Depending on the system and/or application, high availability will be different. For example, with mission-critical applications, such as your eCommerce systems, four 9s’ (99.99%) availability is considered an industry standard. With 99.99% availability, you can expect no more than 52.60 minutes of downtime per year or 8.64 seconds of downtime per day. However, for non-critical applications and systems, such as a single desktop failure, high availability may be two 9s (99%), which equates into 8.77 hours of downtime per year or 1.44 minutes of downtime per day. When measuring acceptable downtime, it is important that you consider:

Unplanned downtime (e.g., hardware or software failures)
The planned downtime needed for routine hardware and software maintenance
Uptime at the database and application level

Your choice for high availability is dependent on many factors, including how critical the applications are to the business, whether customers are impacted, how often the applications run, how many users are affected, how quickly a database or application must failover to the redundant system, and how much data loss is tolerable.

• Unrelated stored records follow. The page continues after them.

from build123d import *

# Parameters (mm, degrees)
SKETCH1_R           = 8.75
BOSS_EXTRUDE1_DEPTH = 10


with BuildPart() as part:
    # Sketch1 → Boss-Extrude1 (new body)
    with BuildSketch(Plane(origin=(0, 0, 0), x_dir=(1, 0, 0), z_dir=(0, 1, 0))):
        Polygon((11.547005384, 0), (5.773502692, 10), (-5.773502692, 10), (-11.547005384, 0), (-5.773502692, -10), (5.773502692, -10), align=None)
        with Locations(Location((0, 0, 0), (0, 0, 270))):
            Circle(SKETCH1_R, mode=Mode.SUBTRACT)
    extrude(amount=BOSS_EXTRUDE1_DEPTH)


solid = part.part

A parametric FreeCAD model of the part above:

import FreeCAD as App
import Part
import Sketcher
Q = App.Units.Quantity


def add_polygon(sketch, points):
    """Adds a closed chain of lines whose ends are joined by coincident constraints."""
    first, n = sketch.GeometryCount, len(points)
    for a, b in zip(points, points[1:] + points[:1]):
        sketch.addGeometry(Part.LineSegment(App.Vector(*a, 0), App.Vector(*b, 0)), False)
    for i in range(n):
        sketch.addConstraint(Sketcher.Constraint("Coincident", first + i, 2, first + (i + 1) % n, 1))

doc = App.newDocument("Part")
body = doc.addObject("PartDesign::Body", "Body")

# Sketch on XZ plane
sketch1 = body.newObject("Sketcher::SketchObject", "Sketch")
sketch1.AttachmentSupport = (doc.getObject("XZ_Plane"), [""])
sketch1.MapMode = "FlatFace"
add_polygon(sketch1, [(12, 0), (6, -10), (-6, -10), (-12, 0), (-6, 10), (6, 10)])  # lines 0-5
sketch1.addGeometry(Part.Circle(App.Vector(0, 0, 0), App.Vector(0, 0, 1), 9), False)  # 6
sketch1.addConstraint(Sketcher.Constraint("Horizontal", 1))
sketch1.addConstraint(Sketcher.Constraint("Horizontal", 4))
sketch1.addConstraint(Sketcher.Constraint("Coincident", 6, 3, -1, 1))
sketch1.addConstraint(Sketcher.Constraint("Symmetric", 0, 2, 3, 2, -1, 1))
sketch1.addConstraint(Sketcher.Constraint("Symmetric", 2, 2, 5, 2, -1, 1))
sketch1.addConstraint(Sketcher.Constraint("PointOnObject", 2, 2, -1))
sketch1.addConstraint(Sketcher.Constraint("Parallel", 2, 5))
sketch1.addConstraint(Sketcher.Constraint("Vertical", 1, 2, 3, 2))
sketch1.addConstraint(Sketcher.Constraint("Diameter", 6, Q("17.5 mm")))
sketch1.addConstraint(Sketcher.Constraint("Angle", 0, Q("-120 deg")))
sketch1.addConstraint(Sketcher.Constraint("DistanceY", 0, 2, -1, 1, Q("10 mm")))
sketch1.addConstraint(Sketcher.Constraint("DistanceX", 1, 2, 1, 1, Q("11.547005 mm")))
pad1 = body.newObject("PartDesign::Pad", "Pad")
pad1.Profile = sketch1
pad1.Length = 10
pad1.Reversed = True

doc.recompute()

High Availability Metrics: RTO and RPO

The two metrics normally used to assess HA (and Disaster Recovery (DR) as well) are the Recovery Time Objective (RTO) and the Recovery Point Objective (RPO).

RTO is the maximum tolerable duration of any outage. Online transaction processing applications generally have the lowest RTOs, and those that are mission-critical often have an RTO of only a few seconds.
RPO is the maximum amount of data loss that can be tolerated when a failure happens. For HA, RPO is often zero to specify there should be zero data loss under all failure scenarios.

However, there is a difference between what RTOs and RPOs you can achieve to support high availability versus disaster recovery. With HA, data replication can be synchronous because your redundant components are on your LAN environment. Active and standby databases can be concurrently updated, enabling full, automatic, real-time recoveries that can satisfy the most demanding RTOs and RPOs. As a result, your standby instance is “hot” and in sync with your active instance, so it is ready to immediately take over in the event of a failure.

However, to recover systems, software, and data in the event of a disaster requires redundant components to be on a wide-area network (WAN). This is important because you must keep redundant components in a geographic location away from the active instance. But with a WAN, data replication is asynchronous to avoid negatively impacting throughput performance. This means that updates to standby instances will lag updates made to the active instance, resulting in a delay during the recovery process. Since disasters are rare, some delay may be tolerable and is dependent upon (a) how critical it is to your business to achieve the lowest possible RTO and RPO and (b) how much budget you can allocate to achieve the best RTO and RPO.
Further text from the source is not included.